A small role by Sam Elliot provides the film’s real emotional center. Elliot plays Lorne Lutch, the original Marlboro Man. Once, a rugged looking model, he is now racked by cancer and living in a small house in the country. Naylor has the thankless job of bringing Lutch a bribe. How the scene plays out between Naylor and Lutch rings surprisingly true. I will not say what happens but it is equal parts sad and funny. That moment is one of several that lift 'Thank you for Smoking' above being just a funny movie. The film is surprisingly aware of its subject and many of the issues surrounding it.
I said at the beginning of this review that 'Thank you for Smoking' will not appeal to everyone but those who do like it (such as myself) will probably be big fans of it. First time director Jason Reitman tackles a tricky film subject with skill and humor. There are several good performances in the film but Eckhart is especially noteworthy. He carries the film and does a great job as Naylor.
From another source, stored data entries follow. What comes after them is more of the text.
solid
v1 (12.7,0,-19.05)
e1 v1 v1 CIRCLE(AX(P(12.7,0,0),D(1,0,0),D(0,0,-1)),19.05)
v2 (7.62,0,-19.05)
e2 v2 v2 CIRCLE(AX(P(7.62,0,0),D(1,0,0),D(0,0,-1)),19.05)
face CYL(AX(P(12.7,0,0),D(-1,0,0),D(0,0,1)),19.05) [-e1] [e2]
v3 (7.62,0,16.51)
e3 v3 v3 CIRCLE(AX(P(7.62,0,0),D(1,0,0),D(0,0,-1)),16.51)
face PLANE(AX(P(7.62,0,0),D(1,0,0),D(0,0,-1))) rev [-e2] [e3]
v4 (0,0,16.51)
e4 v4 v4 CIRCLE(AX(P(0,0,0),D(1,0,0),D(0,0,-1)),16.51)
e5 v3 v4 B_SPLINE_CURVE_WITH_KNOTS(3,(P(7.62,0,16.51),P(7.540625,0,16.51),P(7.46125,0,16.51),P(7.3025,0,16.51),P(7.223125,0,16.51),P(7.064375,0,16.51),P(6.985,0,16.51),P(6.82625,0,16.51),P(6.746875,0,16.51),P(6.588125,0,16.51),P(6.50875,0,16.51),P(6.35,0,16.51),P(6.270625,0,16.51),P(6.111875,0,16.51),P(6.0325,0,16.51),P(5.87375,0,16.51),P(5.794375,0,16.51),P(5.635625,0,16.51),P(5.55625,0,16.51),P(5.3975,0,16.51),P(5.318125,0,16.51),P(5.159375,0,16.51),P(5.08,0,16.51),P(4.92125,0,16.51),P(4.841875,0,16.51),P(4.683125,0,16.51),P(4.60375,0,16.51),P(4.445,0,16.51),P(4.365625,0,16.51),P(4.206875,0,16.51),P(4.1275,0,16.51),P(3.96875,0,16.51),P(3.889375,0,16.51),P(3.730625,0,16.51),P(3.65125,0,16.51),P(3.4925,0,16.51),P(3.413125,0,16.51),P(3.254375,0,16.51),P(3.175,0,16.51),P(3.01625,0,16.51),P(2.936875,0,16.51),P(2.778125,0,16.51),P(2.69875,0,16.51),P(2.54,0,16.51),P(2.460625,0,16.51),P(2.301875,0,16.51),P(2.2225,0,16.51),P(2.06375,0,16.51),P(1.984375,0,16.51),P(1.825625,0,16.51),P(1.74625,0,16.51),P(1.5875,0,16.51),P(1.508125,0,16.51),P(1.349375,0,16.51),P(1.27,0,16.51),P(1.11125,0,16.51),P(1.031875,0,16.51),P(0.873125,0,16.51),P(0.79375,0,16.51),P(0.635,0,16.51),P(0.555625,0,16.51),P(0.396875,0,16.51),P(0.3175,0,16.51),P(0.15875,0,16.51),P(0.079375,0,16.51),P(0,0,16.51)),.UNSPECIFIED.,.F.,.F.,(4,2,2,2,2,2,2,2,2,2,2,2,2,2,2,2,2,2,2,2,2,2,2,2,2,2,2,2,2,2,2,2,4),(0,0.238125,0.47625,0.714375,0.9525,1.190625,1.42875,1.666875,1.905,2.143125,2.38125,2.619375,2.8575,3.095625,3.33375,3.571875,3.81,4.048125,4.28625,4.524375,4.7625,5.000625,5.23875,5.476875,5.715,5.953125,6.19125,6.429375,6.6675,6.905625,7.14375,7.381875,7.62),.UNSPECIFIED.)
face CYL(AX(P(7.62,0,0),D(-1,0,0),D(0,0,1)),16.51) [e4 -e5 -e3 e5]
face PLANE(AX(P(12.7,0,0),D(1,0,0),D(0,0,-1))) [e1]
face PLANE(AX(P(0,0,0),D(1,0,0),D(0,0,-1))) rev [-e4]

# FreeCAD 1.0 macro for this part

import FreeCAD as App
import Part
import Sketcher

V = App.Vector
Q = App.Units.Quantity

doc = App.newDocument("Part")
body = doc.addObject("PartDesign::Body", "Body")

# Sketch on YZ plane
sketch1 = body.newObject("Sketcher::SketchObject", "Sketch")
sketch1.AttachmentSupport = (doc.getObject("YZ_Plane"), [""])
sketch1.MapMode = "FlatFace"
sketch1.addGeometry(Part.Circle(V(0, 0, 0), V(0, 0, 1), 17), False)
sketch1.addConstraint(Sketcher.Constraint("Coincident", 0, 3, -1, 1))
sketch1.addConstraint(Sketcher.Constraint("Diameter", 0, Q("1.3 in")))
pad1 = body.newObject("PartDesign::Pad", "Pad")
pad1.Profile = sketch1
pad1.Length = Q("0.3 in")

# Sketch on YZ plane
sketch2 = body.newObject("Sketcher::SketchObject", "Sketch001")
sketch2.AttachmentSupport = (doc.getObject("YZ_Plane"), [""])
sketch2.MapMode = "FlatFace"
sketch2.AttachmentOffset = App.Placement(V(0, 0, 0.3 * 25.4), App.Rotation())
sketch2.addGeometry(Part.Circle(V(0, 0, 0), V(0, 0, 1), 19), False)
sketch2.addConstraint(Sketcher.Constraint("Coincident", 0, 3, -1, 1))
sketch2.addConstraint(Sketcher.Constraint("Diameter", 0, Q("1.5 in")))
pad2 = body.newObject("PartDesign::Pad", "Pad001")
pad2.Profile = sketch2
pad2.Length = Q("0.2 in")

doc.recompute()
Robert Duval pops up as a tobacco baron and Maria Bello and David Koechner has supporting roles as fellow lobbyists (Naylor’s only real friends.) William H. Macy is a hoot as determined senator that goes after big tobacco. Finally Katie Holmes has brief supporting role as a reporter that falls for Naylor.
I enjoyed this film and am recommending it. Because of its subject and quirky style I can’t give it a stronger recommendation but that does not mean it is a lesser film. Reitman (the son of director Ivan Reitman) shows he can create a funny, moving film, that is knowledgeable about it’s subject without being preachy or dry. I say give it a try if you are curious, you just may enjoy the film as much as I do. Recommended.